Since the vote to repeal The Patient Protection and Affordable Care Act – what is derisively called “Obamacare” – was lost in a U.S. Senate vote on January 12, adversaries of the legislation are aiming their cannons at specific parts of the law.
It is important to note that Obamacare as a whole will likely face another attack in the form of a repeal bill after the 2012 elections, when Republicans have a chance to take over the Senate. Twenty-three Democratic senators are up for re-election, while only 10 Republicans face the possible loss of their incumbency.

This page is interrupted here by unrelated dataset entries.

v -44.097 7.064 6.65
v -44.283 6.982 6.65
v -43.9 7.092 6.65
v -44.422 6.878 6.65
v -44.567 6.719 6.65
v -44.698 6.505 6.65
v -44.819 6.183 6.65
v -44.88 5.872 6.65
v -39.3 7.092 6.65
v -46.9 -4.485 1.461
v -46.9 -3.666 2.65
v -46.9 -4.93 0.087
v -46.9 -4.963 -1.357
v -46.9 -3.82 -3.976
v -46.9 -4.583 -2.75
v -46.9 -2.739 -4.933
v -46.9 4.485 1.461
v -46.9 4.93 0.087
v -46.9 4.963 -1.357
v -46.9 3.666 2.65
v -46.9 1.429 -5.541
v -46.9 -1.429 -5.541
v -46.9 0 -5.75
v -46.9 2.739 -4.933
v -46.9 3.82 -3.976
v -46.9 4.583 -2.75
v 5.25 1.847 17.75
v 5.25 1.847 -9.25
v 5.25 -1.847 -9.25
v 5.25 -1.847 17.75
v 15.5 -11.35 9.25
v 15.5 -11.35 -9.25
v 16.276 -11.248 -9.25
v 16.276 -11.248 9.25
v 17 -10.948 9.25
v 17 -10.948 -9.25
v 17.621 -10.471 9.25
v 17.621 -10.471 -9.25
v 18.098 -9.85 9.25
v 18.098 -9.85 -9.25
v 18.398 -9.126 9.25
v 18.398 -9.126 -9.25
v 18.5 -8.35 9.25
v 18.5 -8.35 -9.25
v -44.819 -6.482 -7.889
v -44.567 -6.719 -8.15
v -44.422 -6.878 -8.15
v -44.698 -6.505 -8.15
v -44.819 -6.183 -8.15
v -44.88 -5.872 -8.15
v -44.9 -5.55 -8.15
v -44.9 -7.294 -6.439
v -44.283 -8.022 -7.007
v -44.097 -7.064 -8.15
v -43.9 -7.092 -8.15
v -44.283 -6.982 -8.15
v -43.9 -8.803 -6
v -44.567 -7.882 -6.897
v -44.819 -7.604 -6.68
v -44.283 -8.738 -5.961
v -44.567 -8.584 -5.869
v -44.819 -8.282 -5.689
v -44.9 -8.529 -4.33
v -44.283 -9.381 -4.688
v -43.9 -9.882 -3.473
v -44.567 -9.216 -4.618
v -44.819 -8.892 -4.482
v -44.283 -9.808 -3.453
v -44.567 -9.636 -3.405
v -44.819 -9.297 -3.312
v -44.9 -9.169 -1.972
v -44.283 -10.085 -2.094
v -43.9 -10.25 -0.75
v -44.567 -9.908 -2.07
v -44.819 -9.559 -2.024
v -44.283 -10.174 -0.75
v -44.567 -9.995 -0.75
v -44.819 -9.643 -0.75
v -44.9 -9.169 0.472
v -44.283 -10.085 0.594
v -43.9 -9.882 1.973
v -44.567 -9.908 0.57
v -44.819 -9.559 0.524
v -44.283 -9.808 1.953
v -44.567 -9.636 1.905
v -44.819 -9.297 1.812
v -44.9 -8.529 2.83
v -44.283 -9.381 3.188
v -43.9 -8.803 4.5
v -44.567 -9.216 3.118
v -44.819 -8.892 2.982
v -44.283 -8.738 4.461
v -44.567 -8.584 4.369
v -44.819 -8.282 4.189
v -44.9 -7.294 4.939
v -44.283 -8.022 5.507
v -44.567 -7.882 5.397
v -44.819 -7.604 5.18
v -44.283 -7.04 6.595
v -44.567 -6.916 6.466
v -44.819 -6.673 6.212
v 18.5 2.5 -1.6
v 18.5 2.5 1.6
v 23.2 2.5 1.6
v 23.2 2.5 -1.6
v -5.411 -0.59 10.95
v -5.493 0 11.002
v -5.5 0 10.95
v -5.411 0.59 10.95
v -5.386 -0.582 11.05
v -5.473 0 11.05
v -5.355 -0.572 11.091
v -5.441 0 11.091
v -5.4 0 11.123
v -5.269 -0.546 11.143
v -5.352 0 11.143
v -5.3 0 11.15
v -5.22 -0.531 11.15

With the current Senate count at 51 Democrats and 47 Republicans, Republicans only need four seats to gain the majority; meaning, Obamacare is in political jeopardy for most of the near term.

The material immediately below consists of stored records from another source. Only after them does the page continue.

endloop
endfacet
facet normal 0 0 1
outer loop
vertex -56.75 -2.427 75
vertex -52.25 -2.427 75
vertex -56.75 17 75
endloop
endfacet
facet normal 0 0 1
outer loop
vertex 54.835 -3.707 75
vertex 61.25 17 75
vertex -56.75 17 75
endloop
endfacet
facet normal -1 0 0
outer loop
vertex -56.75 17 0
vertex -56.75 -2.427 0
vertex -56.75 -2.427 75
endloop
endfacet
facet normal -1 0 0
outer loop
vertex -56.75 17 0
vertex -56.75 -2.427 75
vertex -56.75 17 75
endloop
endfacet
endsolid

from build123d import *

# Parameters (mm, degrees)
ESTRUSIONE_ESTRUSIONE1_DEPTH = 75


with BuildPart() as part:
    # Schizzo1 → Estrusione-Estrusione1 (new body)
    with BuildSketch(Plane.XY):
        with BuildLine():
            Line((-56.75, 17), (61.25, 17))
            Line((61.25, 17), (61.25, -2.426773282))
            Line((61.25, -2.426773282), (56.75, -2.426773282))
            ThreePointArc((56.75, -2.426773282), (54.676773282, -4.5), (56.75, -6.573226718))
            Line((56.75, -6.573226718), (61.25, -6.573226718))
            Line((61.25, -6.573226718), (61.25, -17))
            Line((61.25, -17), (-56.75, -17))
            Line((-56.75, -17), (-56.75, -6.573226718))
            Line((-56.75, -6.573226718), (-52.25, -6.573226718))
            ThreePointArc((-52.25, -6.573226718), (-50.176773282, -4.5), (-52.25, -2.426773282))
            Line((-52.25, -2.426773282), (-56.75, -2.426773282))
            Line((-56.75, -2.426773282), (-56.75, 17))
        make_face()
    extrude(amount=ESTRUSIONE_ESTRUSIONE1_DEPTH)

Until a possible Senate takeover is secure, Obamacare’s opposition is attacking “The Act” in the legal system. The most disputed aspect of the law being, the individual mandate: the clause that requires most American citizens to purchase minimum-coverage health insurance. If not, they have to pay a penalty: 2.5 percent of their income or a fixed fee of $695.
Five district court decisions have been handed down in regards to the constitutionality of the disputed mandate. Three judges upheld it; two denounced it.
Recently the Brookings Institution, a Washington, DC based think tank, held a debate Wednesday that featured four lawyers – what the moderator called the “A-team” surrounding this issue – voicing their opinions on the constitutionality of the individual mandate.
“The individual mandate violates the most fundamental constitutional principles, violates sanctitudes of established case law and is fundamentally different from any law congress has ever enacted to regulate commerce,” said David Rivkin, partner at Baker Hostetler LLP, in his opening statement, opposing the individual mandate.
Walter Dellinger, chair of the Appellate Practice at O’Melveny and Myers, argued to the contrary.
“This case was decided in 1824, when Chief Justice Marshall wrote that the Commerce Clause converged upon congress the ability to regulate that commerce which concerns more states than one,” said Dellinger. “The notion that a regulation requiring the purchase of insurance that is central to a comprehensive legislative reform of 1/6 of the national economy is somehow beyond the power of the national congress is an astonishing proposition.”
Americans, too, remain split on this issue. A recent survey, conducted by Harris Interactive, found that 30 percent of Americans believe the individual mandate to be unconstitutional, 20 percent of Americans believe it is constitutional and another 30 percent are not sure.
Even some moderate Democrats are hostile to the individual mandate.
Another survey, conducted to 800 voters between Feb. 17 and Feb. 21 asked if voters favored or opposed repeal of The Patient Protection and Affordable Care Act. The survey found another split: 51 percent of people surveyed said they favored repeal, while 41 said they do not.
Because of the mixed messages sent by the court decisions and the swirling of opinions of both sides of the debate, this matter will likely–and many think it will have to be–settled by a Supreme Court decision.
President Obama has even endorsed legislation that would give states the option to dismiss some of the federal requirements, including the individual mandate, by 2014. He has begun meeting with governors at the White House to ensure that they can have flexibility when it comes to health care in their own states.
This gesture by Obama shows that even he is aware of the political reality at stake and the growing debate over the constitutionality of the individual mandate is evidence that even the opposition to The Patient Protection and Affordable Care Act is continuing to evolve.